== REQUIREMENT ==
Return, exactly and in full, the lines of the records below starting at the one with "line L4 (-28.7318, -30.5685)" and ending at the one with "FreeCAD Python script", and no other lines.

Collected data:
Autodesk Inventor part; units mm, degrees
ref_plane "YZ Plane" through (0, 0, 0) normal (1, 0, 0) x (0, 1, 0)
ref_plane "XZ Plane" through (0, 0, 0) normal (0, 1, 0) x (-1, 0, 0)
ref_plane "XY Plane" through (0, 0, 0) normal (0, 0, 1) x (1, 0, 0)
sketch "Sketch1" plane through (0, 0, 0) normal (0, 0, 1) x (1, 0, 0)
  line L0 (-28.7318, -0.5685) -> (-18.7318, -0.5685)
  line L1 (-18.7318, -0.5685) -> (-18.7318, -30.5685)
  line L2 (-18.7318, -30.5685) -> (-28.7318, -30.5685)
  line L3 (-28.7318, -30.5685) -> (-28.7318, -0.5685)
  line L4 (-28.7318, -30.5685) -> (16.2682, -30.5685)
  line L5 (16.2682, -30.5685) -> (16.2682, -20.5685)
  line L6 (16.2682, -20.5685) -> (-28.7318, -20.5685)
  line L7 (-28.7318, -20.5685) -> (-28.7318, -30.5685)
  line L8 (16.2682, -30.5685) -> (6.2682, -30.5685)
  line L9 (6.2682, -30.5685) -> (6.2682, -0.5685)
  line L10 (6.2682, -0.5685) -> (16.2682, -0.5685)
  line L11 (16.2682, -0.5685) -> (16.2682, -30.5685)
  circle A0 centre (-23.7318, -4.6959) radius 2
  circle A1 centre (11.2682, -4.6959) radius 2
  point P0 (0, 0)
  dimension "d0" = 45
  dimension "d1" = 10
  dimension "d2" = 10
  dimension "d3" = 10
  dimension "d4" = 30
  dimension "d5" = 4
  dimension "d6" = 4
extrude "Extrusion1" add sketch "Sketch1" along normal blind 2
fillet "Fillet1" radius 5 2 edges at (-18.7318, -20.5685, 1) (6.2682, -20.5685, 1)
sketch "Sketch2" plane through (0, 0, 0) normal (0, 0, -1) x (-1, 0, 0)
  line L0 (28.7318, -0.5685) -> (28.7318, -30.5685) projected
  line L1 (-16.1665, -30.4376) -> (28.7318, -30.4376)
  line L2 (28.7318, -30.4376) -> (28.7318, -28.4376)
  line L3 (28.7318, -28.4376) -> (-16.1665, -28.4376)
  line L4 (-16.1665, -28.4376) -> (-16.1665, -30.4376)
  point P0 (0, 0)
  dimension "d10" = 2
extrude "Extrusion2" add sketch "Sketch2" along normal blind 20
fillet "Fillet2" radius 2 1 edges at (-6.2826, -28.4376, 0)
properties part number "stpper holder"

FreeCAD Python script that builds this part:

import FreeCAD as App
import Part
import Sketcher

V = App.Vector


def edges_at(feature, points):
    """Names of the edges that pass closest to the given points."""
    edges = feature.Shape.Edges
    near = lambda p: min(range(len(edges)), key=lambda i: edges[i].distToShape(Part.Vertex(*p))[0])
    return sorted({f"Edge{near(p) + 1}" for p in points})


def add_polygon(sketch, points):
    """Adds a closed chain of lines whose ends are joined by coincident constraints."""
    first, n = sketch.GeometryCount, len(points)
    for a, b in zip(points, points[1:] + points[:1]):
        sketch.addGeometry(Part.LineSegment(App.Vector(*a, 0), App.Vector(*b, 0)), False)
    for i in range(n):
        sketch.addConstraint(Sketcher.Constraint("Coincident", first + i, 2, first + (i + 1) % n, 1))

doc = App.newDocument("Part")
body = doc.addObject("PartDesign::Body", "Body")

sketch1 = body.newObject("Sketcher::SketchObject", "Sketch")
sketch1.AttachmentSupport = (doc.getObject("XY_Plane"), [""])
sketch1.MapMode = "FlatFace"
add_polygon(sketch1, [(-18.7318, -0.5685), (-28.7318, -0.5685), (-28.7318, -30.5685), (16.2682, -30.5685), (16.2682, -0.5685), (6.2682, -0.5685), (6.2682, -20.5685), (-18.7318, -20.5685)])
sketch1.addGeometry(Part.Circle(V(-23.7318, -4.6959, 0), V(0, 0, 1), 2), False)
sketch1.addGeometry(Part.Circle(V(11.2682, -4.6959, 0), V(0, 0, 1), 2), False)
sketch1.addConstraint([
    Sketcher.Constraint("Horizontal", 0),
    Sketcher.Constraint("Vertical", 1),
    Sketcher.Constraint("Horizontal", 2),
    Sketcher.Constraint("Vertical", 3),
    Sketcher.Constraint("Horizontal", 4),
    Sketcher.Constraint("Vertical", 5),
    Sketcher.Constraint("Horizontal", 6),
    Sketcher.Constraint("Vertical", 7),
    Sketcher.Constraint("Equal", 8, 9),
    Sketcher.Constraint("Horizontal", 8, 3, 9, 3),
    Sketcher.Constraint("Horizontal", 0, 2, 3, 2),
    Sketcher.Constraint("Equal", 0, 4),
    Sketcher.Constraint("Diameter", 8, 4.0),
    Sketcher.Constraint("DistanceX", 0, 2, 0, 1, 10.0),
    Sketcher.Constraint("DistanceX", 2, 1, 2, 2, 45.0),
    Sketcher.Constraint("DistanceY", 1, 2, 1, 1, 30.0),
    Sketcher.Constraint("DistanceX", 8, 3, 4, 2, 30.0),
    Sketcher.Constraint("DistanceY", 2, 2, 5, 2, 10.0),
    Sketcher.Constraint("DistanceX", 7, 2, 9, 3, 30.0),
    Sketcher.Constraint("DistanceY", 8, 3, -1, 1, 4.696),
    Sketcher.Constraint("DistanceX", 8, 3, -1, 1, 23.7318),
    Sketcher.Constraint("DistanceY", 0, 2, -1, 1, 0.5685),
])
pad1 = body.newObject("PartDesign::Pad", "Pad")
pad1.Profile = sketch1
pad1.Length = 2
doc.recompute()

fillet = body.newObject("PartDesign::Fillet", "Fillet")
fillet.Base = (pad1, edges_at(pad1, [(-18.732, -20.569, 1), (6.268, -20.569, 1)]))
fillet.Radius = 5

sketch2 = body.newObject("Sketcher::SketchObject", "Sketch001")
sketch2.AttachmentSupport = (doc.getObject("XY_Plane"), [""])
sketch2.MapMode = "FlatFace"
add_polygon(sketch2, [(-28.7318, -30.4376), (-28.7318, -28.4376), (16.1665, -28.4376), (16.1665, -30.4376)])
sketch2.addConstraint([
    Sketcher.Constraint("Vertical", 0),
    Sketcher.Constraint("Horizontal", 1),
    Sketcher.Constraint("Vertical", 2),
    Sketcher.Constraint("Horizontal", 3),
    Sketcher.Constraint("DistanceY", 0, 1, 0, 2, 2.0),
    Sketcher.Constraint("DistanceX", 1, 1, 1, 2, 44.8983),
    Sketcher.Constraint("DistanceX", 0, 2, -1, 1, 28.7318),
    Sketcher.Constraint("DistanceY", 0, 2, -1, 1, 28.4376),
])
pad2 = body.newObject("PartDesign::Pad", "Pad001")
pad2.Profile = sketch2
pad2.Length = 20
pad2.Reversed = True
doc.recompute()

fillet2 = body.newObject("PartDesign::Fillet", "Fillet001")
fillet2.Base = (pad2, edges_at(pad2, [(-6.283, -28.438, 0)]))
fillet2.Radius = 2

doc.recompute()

== SOLUTION TO THIS PROBLEM ==
  line L4 (-28.7318, -30.5685) -> (16.2682, -30.5685)
  line L5 (16.2682, -30.5685) -> (16.2682, -20.5685)
  line L6 (16.2682, -20.5685) -> (-28.7318, -20.5685)
  line L7 (-28.7318, -20.5685) -> (-28.7318, -30.5685)
  line L8 (16.2682, -30.5685) -> (6.2682, -30.5685)
  line L9 (6.2682, -30.5685) -> (6.2682, -0.5685)
  line L10 (6.2682, -0.5685) -> (16.2682, -0.5685)
  line L11 (16.2682, -0.5685) -> (16.2682, -30.5685)
  circle A0 centre (-23.7318, -4.6959) radius 2
  circle A1 centre (11.2682, -4.6959) radius 2
  point P0 (0, 0)
  dimension "d0" = 45
  dimension "d1" = 10
  dimension "d2" = 10
  dimension "d3" = 10
  dimension "d4" = 30
  dimension "d5" = 4
  dimension "d6" = 4
extrude "Extrusion1" add sketch "Sketch1" along normal blind 2
fillet "Fillet1" radius 5 2 edges at (-18.7318, -20.5685, 1) (6.2682, -20.5685, 1)
sketch "Sketch2" plane through (0, 0, 0) normal (0, 0, -1) x (-1, 0, 0)
  line L0 (28.7318, -0.5685) -> (28.7318, -30.5685) projected
  line L1 (-16.1665, -30.4376) -> (28.7318, -30.4376)
  line L2 (28.7318, -30.4376) -> (28.7318, -28.4376)
  line L3 (28.7318, -28.4376) -> (-16.1665, -28.4376)
  line L4 (-16.1665, -28.4376) -> (-16.1665, -30.4376)
  point P0 (0, 0)
  dimension "d10" = 2
extrude "Extrusion2" add sketch "Sketch2" along normal blind 20
fillet "Fillet2" radius 2 1 edges at (-6.2826, -28.4376, 0)
properties part number "stpper holder"

FreeCAD Python script that builds this part:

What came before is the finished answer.